In some embodiments, the methods of the present disclosure may be executed by a computing system. FIG. 9 illustrates an example of such a computing system 900, in accordance with some embodiments. The computing system 900 may include a computer or computer system 901A, which may be an individual computer system 901A or an arrangement of distributed computer systems. The computer system 901A includes one or more analysis modules 902 that are configured to perform various tasks according to some embodiments, such as one or more methods disclosed herein. To perform these various tasks, the analysis module 902 executes independently, or in coordination with, one or more processors 904, which is (or are) connected to one or more storage media 906. The processor(s) 904 is (or are) also connected to a network interface 907 to allow the computer system 901A to communicate over a data network 909 with one or more additional computer systems and/or computing systems, such as 901B, 901C, and/or 901D (note that computer systems 901B, 901C and/or 901D may or may not share the same architecture as computer system 901A, and may be located in different physical locations, e.g., computer systems 901A and 901B may be located in a processing facility, while in communication with one or more computer systems such as 901C and/or 901D that are located in one or more data centers, and/or located in varying countries on different continents).

A processor may include a microprocessor, microcontroller, processor module or subsystem, programmable integrated circuit, programmable gate array, or another control or computing device.

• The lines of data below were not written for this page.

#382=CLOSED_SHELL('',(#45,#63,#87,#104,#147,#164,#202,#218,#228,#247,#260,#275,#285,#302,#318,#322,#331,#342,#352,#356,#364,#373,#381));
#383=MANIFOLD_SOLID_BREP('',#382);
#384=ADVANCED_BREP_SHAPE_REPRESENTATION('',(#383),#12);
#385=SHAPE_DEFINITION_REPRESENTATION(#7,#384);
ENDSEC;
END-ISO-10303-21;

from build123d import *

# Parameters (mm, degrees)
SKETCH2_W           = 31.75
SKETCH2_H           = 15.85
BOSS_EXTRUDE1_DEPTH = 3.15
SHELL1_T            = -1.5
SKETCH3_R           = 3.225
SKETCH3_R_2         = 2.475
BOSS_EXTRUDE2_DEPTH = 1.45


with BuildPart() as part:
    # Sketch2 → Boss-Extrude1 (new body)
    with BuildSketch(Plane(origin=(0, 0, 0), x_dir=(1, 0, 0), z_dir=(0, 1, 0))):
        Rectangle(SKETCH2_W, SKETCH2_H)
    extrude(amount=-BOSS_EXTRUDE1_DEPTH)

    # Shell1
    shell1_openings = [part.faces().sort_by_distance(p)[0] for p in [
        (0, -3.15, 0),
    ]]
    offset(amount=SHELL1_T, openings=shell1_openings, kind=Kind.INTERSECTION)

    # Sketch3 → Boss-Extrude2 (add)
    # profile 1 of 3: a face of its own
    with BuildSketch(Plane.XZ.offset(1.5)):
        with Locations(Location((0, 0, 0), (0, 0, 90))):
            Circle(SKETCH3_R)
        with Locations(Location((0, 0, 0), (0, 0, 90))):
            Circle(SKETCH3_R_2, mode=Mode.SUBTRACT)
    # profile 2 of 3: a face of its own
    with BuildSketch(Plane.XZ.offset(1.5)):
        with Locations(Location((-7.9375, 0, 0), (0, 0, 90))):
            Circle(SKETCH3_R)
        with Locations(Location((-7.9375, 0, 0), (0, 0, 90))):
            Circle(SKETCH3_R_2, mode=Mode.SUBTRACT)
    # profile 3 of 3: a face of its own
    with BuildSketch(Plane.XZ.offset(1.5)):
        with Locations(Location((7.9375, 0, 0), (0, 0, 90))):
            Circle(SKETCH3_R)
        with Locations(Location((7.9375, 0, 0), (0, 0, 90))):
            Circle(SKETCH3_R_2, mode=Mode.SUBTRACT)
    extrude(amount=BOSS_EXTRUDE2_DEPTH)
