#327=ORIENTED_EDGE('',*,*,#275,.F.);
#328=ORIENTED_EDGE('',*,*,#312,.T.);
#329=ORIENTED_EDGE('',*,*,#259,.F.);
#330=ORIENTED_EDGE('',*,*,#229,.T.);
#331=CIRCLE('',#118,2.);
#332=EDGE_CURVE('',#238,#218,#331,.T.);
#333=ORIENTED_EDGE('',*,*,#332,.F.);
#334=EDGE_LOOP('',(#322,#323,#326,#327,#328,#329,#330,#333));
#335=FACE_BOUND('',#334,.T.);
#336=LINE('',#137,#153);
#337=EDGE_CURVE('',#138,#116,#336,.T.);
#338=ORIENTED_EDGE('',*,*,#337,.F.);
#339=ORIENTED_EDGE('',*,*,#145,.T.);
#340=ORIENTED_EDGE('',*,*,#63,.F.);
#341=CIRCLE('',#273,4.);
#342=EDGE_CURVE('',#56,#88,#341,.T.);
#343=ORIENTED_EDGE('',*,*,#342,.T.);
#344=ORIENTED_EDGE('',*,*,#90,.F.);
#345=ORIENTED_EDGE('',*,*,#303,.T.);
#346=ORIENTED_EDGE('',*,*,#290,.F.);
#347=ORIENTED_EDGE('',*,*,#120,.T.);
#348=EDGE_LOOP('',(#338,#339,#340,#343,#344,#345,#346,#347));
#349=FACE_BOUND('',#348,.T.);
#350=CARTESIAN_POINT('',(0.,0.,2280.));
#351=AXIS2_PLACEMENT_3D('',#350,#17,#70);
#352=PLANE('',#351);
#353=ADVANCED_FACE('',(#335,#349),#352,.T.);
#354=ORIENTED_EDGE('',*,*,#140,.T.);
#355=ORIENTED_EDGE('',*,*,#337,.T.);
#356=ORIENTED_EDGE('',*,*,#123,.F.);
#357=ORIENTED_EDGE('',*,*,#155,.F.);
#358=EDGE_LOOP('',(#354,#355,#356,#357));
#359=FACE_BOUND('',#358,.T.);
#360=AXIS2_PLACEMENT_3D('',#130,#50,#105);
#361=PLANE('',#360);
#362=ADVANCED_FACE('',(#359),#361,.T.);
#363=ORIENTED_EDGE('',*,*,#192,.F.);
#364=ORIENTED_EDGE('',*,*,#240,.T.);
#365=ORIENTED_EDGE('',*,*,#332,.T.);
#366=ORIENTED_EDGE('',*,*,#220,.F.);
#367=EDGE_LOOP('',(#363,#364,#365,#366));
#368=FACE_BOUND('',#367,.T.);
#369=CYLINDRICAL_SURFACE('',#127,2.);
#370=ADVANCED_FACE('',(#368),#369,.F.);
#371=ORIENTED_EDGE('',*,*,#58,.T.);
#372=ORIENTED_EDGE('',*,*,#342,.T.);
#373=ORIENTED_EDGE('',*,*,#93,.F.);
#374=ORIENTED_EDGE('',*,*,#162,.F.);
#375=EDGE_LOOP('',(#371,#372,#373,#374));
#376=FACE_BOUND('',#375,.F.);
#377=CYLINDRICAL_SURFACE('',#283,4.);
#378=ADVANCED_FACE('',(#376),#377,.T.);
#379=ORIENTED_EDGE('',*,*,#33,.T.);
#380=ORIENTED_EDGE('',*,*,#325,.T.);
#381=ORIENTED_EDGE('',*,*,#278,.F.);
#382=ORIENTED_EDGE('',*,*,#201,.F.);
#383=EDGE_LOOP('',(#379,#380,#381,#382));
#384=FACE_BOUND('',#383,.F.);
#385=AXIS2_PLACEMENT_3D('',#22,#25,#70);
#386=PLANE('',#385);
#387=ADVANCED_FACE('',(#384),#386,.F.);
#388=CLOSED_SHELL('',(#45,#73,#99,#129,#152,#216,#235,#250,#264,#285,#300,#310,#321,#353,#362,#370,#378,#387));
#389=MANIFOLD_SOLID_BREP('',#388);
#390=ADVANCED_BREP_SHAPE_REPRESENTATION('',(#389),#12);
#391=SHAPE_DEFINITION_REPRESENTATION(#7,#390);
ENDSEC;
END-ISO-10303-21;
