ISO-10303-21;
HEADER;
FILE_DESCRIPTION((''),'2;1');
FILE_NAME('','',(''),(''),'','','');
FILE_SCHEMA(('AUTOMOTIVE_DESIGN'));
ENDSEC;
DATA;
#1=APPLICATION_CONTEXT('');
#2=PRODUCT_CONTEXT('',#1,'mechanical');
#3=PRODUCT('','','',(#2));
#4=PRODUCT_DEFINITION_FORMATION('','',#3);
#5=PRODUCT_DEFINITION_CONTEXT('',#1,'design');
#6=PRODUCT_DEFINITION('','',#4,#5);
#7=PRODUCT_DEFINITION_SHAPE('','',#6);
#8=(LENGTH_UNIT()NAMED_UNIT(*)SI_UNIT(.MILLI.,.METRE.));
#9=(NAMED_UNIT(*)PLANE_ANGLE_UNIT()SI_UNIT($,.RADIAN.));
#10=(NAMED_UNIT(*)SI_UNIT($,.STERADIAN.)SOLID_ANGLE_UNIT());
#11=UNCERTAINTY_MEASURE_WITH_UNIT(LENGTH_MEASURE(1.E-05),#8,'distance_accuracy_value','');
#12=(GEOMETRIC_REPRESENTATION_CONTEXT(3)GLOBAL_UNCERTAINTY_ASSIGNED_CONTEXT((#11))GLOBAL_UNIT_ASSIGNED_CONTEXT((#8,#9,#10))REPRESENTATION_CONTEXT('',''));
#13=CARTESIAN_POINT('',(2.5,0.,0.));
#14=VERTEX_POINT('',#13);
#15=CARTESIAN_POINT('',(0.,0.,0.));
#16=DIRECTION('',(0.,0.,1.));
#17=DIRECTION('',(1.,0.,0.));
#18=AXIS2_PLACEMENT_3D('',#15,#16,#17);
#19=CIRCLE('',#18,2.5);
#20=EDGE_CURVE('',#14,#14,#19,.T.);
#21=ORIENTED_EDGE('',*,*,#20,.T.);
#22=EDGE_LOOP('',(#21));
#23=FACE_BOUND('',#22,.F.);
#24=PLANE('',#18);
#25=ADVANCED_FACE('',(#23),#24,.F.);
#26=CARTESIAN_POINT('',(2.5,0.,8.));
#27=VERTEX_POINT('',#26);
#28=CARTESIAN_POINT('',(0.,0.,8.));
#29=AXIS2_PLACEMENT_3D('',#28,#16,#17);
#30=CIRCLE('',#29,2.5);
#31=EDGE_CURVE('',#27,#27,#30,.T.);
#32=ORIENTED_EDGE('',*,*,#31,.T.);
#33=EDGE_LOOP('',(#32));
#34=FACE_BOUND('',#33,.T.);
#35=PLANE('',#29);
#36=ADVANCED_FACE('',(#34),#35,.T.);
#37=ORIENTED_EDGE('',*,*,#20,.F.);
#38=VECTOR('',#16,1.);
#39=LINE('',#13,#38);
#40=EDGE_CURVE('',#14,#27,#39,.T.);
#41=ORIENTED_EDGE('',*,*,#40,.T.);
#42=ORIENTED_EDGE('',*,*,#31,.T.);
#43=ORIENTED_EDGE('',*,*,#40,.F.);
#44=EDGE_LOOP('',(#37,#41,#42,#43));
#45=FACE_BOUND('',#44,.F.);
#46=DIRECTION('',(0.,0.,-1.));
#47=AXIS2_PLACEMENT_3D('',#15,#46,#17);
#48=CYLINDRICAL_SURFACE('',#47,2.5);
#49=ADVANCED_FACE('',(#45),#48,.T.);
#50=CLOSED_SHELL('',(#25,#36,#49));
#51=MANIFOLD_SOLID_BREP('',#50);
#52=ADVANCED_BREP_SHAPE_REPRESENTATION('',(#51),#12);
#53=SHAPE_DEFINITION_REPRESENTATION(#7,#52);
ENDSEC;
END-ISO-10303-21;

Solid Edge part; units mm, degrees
sketch "Sketch1" plane through (0, 0, 0) normal (0, 0, 1) x (1, 0, 0)
  circle A0 centre (0, 0) radius 2.5
extrude "Protrusion1" add sketch "Sketch1" along normal blind 8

The storage media 906 may be implemented as one or more computer-readable or machine-readable storage media. Note that while in the example embodiment of FIG. 9 storage media 906 is depicted as within computer system 901A, in some embodiments, storage media 906 may be distributed within and/or across multiple internal and/or external enclosures of computing system 901A and/or additional computing systems. Storage media 906 may include one or more different forms of memory including semiconductor memory devices such as dynamic or static random access memories (DRAMs or SRAMs), erasable and programmable read-only memories (EPROMs), electrically erasable and programmable read-only memories (EEPROMs) and flash memories, magnetic disks such as fixed, floppy and removable disks, other magnetic media including tape, optical media such as compact disks (CDs) or digital video disks (DVDs), BLURAY® disks, or other types of optical storage, or other types of storage devices. Note that the instructions discussed above may be provided on one computer-readable or machine-readable storage medium, or may be provided on multiple computer-readable or machine-readable storage media distributed in a large system having possibly plural nodes. Such computer-readable or machine-readable storage medium or media is (are) considered to be part of an article (or article of manufacture). An article or article of manufacture may refer to any manufactured single component or multiple components. The storage medium or media may be located either in the machine running the machine-readable instructions, or located at a remote site from which machine-readable instructions may be downloaded over a network for execution.

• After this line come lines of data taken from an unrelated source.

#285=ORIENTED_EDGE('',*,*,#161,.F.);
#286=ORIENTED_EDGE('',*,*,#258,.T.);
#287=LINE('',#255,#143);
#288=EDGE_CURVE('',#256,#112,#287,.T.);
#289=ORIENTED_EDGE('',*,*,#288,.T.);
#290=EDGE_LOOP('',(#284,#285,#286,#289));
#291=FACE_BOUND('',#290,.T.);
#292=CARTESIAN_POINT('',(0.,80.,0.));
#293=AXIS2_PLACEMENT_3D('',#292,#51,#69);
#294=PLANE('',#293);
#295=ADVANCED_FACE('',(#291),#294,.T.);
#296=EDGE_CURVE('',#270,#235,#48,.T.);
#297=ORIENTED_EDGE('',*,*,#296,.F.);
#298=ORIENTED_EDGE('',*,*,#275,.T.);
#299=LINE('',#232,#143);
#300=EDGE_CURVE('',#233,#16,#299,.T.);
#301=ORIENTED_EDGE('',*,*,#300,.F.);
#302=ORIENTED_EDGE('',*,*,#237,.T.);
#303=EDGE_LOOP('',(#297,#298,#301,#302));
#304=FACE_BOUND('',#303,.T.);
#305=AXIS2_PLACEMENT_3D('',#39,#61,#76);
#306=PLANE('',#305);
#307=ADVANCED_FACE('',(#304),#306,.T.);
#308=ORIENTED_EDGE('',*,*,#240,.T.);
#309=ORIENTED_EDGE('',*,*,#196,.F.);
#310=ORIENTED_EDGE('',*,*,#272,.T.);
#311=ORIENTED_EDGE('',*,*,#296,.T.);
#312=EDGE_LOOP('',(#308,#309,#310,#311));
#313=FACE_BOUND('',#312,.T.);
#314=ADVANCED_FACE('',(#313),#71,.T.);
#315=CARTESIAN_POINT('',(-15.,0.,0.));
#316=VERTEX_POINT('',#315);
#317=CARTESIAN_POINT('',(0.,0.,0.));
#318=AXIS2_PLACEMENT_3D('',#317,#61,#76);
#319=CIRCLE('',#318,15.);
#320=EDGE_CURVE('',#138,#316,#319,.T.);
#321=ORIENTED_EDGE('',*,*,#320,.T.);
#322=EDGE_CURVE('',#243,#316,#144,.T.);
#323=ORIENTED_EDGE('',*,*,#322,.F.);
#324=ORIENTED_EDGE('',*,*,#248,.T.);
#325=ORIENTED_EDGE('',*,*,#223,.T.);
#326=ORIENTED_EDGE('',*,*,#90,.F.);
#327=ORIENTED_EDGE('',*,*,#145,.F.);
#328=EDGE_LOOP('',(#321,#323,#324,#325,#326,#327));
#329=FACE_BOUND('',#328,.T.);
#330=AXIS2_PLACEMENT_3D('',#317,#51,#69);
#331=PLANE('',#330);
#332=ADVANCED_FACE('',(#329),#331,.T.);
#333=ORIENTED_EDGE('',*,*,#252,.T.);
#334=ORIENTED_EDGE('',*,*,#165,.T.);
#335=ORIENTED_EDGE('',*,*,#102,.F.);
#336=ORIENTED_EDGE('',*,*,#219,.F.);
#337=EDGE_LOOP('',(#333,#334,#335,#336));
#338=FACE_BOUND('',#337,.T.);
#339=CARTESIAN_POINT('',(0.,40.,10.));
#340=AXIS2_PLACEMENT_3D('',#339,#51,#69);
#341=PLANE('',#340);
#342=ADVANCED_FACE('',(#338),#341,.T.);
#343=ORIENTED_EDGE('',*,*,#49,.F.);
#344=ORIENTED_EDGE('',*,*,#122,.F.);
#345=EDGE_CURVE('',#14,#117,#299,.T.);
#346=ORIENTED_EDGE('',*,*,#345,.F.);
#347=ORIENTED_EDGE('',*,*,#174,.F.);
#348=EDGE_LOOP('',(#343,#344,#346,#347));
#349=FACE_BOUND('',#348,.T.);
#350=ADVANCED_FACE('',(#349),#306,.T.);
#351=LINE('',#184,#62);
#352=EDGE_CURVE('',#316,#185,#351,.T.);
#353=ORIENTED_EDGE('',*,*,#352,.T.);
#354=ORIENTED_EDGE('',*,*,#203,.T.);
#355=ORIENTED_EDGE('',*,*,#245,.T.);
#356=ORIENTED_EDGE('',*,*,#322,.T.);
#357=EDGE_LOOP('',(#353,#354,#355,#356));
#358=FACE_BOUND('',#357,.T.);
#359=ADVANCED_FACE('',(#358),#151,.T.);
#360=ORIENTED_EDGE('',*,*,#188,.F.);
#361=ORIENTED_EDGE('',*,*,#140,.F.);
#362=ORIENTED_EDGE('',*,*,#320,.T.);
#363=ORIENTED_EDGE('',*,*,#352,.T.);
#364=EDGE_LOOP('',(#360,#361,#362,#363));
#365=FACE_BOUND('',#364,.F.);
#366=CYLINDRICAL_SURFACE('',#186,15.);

In some embodiments, computing system 900 contains one or more method execution module(s) 908. In the example of computing system 900, computer system 901A includes the method execution module 908. In some embodiments, a single method execution module may be used to perform some aspects of one or more embodiments of the methods disclosed herein. In other embodiments, a plurality of method execution modules may be used to perform some aspects of methods herein.

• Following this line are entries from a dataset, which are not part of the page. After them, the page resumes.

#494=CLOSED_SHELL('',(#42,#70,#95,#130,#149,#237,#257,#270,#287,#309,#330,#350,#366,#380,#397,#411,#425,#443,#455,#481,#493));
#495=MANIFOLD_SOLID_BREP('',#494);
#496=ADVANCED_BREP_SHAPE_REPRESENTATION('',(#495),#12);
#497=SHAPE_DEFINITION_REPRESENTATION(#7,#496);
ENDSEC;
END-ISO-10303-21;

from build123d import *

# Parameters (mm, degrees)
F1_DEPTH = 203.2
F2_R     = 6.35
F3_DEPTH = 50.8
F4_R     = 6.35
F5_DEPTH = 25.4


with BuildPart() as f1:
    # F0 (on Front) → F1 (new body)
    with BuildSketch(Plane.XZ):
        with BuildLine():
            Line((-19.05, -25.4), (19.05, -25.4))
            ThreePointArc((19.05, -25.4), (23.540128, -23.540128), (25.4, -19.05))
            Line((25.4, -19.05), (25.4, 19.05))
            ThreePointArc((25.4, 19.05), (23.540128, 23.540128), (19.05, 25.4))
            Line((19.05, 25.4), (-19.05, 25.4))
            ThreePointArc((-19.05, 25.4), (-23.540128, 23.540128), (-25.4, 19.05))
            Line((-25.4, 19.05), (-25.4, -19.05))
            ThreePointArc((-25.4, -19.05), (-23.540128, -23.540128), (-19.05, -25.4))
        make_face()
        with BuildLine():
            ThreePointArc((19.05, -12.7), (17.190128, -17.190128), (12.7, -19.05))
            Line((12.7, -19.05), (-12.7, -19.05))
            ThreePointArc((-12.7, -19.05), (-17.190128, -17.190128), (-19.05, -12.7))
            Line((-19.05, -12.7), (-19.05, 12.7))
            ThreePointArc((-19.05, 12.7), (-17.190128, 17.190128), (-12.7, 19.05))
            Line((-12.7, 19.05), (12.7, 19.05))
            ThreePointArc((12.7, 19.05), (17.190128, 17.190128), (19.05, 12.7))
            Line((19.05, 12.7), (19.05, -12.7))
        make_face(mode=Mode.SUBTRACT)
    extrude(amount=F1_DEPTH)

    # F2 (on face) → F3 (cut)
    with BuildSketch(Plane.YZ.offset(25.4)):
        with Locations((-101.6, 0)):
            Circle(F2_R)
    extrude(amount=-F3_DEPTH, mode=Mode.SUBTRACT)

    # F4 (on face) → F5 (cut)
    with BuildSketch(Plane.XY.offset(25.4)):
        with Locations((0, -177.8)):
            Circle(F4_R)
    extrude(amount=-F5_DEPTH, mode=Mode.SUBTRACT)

It should be appreciated that computing system 900 is merely one example of a computing system, and that computing system 900 may have more or fewer components than shown, may combine additional components not depicted in the example embodiment of FIG. 9, and/or computing system 900 may have a different configuration or arrangement of the components depicted in FIG. 9. The various components shown in FIG. 9 may be implemented in hardware, software, or a combination of both hardware and software, including one or more signal processing and/or application specific integrated circuits.

Further, the steps in the processing methods described herein may be implemented by running one or more functional modules in information processing apparatus such as general purpose processors or application specific chips, such as ASICs, FPGAs, PLDs, or other appropriate devices. These modules, combinations of these modules, and/or their combination with general hardware are included within the scope of the present disclosure.

Computational interpretations, models, and/or other interpretation aids may be refined in an iterative fashion; this concept is applicable to the methods discussed herein. This may include use of feedback loops executed on an algorithmic basis, such as at a computing device (e.g., computing system 900, FIG. 9), and/or through manual control by a user who may make determinations regarding whether a given step, action, template, model, or set of curves has become sufficiently accurate for the evaluation of the subsurface three-dimensional geologic formation under consideration.

The foregoing description, for purpose of explanation, has been described with reference to specific embodiments. However, the illustrative discussions above are not intended to be exhaustive or limiting to the precise forms disclosed. Many modifications and variations are possible in view of the above teachings. Moreover, the order in which the elements of the methods described herein are illustrated and described may be re-arranged, and/or two or more elements may occur simultaneously. The embodiments were chosen and described in order to best explain the principles of the disclosure and its practical applications, to thereby enable others skilled in the art to best utilize the disclosed embodiments and various embodiments with various modifications as are suited to the particular use contemplated.

Claims

What is claimed is:

1. A method for detecting a gas leak, the method comprising:

selecting locations for a plurality of simulated point sources of the gas leak at a site;

generating a plurality of physical dispersion models based upon the simulated point sources, a selected number of sensors that are configured to detect the gas leak, and selected locations of the sensors;

determining simulated measurements from the sensors at the selected locations using the plurality of physical dispersion models;

training one or more models based upon the simulated measurements;

receiving actual measurements from the selected number of the sensors at the selected locations; and

predicting a location and/or a rate of the gas leak using the one or more trained models based upon the actual measurements.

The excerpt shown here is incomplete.